In centomila per Zar Putin a Belgrado

Accoglienza da rockstar davanti alla cattedrale ortodossa di San Sava in un tripudio di bandiere russe e serbe

BELGRADO Ogni Paese ha tante facce. E la Serbia non fa eccezione. Una è quella delle migliaia di “indignados” che da settimane scendono in piazza in manifestazioni anti-governative e contro il presidente Aleksandar Vucic, accusato di essere un autocrate. Ma ce n’è un’altra, contrapposta e dissonante. È quella dei tanti che hanno nel presidente russo Vladimir Putin – e in Vucic – i loro idoli.
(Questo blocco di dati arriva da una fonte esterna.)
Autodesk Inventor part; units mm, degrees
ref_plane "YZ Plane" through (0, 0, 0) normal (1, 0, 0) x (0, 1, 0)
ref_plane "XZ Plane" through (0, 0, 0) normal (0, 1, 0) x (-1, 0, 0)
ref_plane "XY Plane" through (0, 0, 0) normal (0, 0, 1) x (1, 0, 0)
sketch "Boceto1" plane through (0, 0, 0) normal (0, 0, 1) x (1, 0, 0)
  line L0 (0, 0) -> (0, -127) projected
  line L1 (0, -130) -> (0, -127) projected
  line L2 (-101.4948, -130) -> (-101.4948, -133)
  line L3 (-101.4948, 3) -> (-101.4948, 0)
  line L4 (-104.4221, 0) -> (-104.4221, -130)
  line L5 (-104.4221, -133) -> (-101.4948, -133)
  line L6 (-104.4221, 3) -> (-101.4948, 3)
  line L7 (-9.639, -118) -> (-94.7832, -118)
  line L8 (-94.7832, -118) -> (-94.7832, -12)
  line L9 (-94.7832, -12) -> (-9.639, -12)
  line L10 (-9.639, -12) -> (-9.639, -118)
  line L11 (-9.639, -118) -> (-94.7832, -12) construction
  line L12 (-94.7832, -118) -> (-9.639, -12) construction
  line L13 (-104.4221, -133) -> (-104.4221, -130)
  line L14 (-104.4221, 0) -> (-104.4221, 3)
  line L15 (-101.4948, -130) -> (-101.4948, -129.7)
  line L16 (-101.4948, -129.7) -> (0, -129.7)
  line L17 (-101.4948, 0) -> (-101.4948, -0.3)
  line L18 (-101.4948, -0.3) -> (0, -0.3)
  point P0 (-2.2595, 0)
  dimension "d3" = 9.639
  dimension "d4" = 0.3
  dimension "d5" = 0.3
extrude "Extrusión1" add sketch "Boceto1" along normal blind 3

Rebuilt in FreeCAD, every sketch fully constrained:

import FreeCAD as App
import Part
import Sketcher

V = App.Vector
Q = App.Units.Quantity

doc = App.newDocument("Part")
params = doc.addObject("Spreadsheet::Sheet", "Params")
for row, (alias, value) in enumerate([
    ("sketch1_height", "136 mm"),
    ("sketch1_height2", "106 mm"),
    ("sketch1_height3", "129.4 mm"),
    ("pad1_length", "3 mm"),
], start=1):
    params.set(f"A{row}", alias)
    params.set(f"B{row}", "=" + value)
    params.setAlias(f"B{row}", alias)

body = doc.addObject("PartDesign::Body", "Body")

sketch1 = body.newObject("Sketcher::SketchObject", "Sketch")
sketch1.AttachmentSupport = (doc.getObject("XY_Plane"), [""])
sketch1.MapMode = "FlatFace"
sketch1.addGeometry([
    Part.LineSegment(V(0, -129.7, 0), V(0, -0.3, 0)),
    Part.LineSegment(V(0, -0.3, 0), V(-101.5, -0.3, 0)),
    Part.LineSegment(V(-101.5, -0.3, 0), V(-101.5, 3, 0)),
    Part.LineSegment(V(-101.5, 3, 0), V(-104.4, 3, 0)),
    Part.LineSegment(V(-104.4, 3, 0), V(-104.4, -133, 0)),
    Part.LineSegment(V(-104.4, -133, 0), V(-101.5, -133, 0)),
    Part.LineSegment(V(-101.5, -133, 0), V(-101.5, -129.7, 0)),
    Part.LineSegment(V(-101.5, -129.7, 0), V(0, -129.7, 0)),
    Part.LineSegment(V(-9.6, -12, 0), V(-9.6, -118, 0)),
    Part.LineSegment(V(-9.6, -118, 0), V(-94.8, -118, 0)),
    Part.LineSegment(V(-94.8, -118, 0), V(-94.8, -12, 0)),
    Part.LineSegment(V(-94.8, -12, 0), V(-9.6, -12, 0)),
], False)
sketch1.addConstraint([
    Sketcher.Constraint("Coincident", 0, 2, 1, 1),
    Sketcher.Constraint("Coincident", 1, 2, 2, 1),
    Sketcher.Constraint("Coincident", 2, 2, 3, 1),
    Sketcher.Constraint("Coincident", 3, 2, 4, 1),
    Sketcher.Constraint("Coincident", 4, 2, 5, 1),
    Sketcher.Constraint("Coincident", 5, 2, 6, 1),
    Sketcher.Constraint("Coincident", 6, 2, 7, 1),
    Sketcher.Constraint("Coincident", 7, 2, 0, 1),
    Sketcher.Constraint("Coincident", 8, 2, 9, 1),
    Sketcher.Constraint("Coincident", 9, 2, 10, 1),
    Sketcher.Constraint("Coincident", 10, 2, 11, 1),
    Sketcher.Constraint("Coincident", 11, 2, 8, 1),
    Sketcher.Constraint("Vertical", 0),
    Sketcher.Constraint("Horizontal", 1),
    Sketcher.Constraint("Vertical", 2),
    Sketcher.Constraint("Horizontal", 3),
    Sketcher.Constraint("Vertical", 4),
    Sketcher.Constraint("Horizontal", 5),
    Sketcher.Constraint("Vertical", 6),
    Sketcher.Constraint("Horizontal", 7),
    Sketcher.Constraint("Vertical", 8),
    Sketcher.Constraint("Horizontal", 9),
    Sketcher.Constraint("Vertical", 10),
    Sketcher.Constraint("Horizontal", 11),
    Sketcher.Constraint("PointOnObject", 0, 2, -2),
    Sketcher.Constraint("Vertical", 2, 2, 5, 2),
    Sketcher.Constraint("Equal", 2, 6),
    Sketcher.Constraint("DistanceY", 0, 2, -1, 1, Q("0.3 mm")),
    Sketcher.Constraint("DistanceY", 4, 2, 4, 1, Q("136 mm")),
    Sketcher.Constraint("DistanceY", 8, 2, 8, 1, Q("106 mm")),
    Sketcher.Constraint("DistanceY", 0, 1, 0, 2, Q("129.4 mm")),
    Sketcher.Constraint("DistanceX", 8, 2, -1, 1, Q("9.639 mm")),
    Sketcher.Constraint("DistanceY", 8, 2, -1, 1, Q("118 mm")),
    Sketcher.Constraint("DistanceX", 4, 2, 9, 2, Q("9.639 mm")),
    Sketcher.Constraint("DistanceX", 1, 2, 1, 1, Q("101.4948 mm")),
    Sketcher.Constraint("DistanceX", 3, 2, 3, 1, Q("2.9273 mm")),
])
sketch1.setExpression("Constraints[28]", "Params.sketch1_height")
sketch1.setExpression("Constraints[29]", "Params.sketch1_height2")
sketch1.setExpression("Constraints[30]", "Params.sketch1_height3")
pad1 = body.newObject("PartDesign::Pad", "Pad")
pad1.Profile = sketch1
pad1.setExpression("Length", "Params.pad1_length")

doc.recompute()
Ed è stata la seconda Serbia a dominare la scena ieri, in occasione della visita a Belgrado del leader del Cremlino, accolto in città da eroe, tra mega-poster per il «caro amico» e sventolio di bandiere russe. E soprattutto da un bagno di folla enorme, scenario inedito per la capitale di un Paese che ha fra le sue priorità l’ingresso nella Ue. Belgrado però non rinnega gli storici legami con l’amica Mosca, li esalta. E lo ha dimostrato con le decine di migliaia di persone affluite nel cuore della metropoli, tra cui tanti sinceri filorussi, moltissima gente dalla provincia profonda – arrivata anche con autobus messi a disposizione dal Partito progressista di Vucic, hanno segnalato vari media locali - per poi marciare verso la cattedrale di San Sava, dov’erano attesi Putin, Vucic e il patriarca Irinej. Alla fine, secondo stime della polizia, in piazza erano 120mila. Tra di loro, la belgradese Marija Ilic.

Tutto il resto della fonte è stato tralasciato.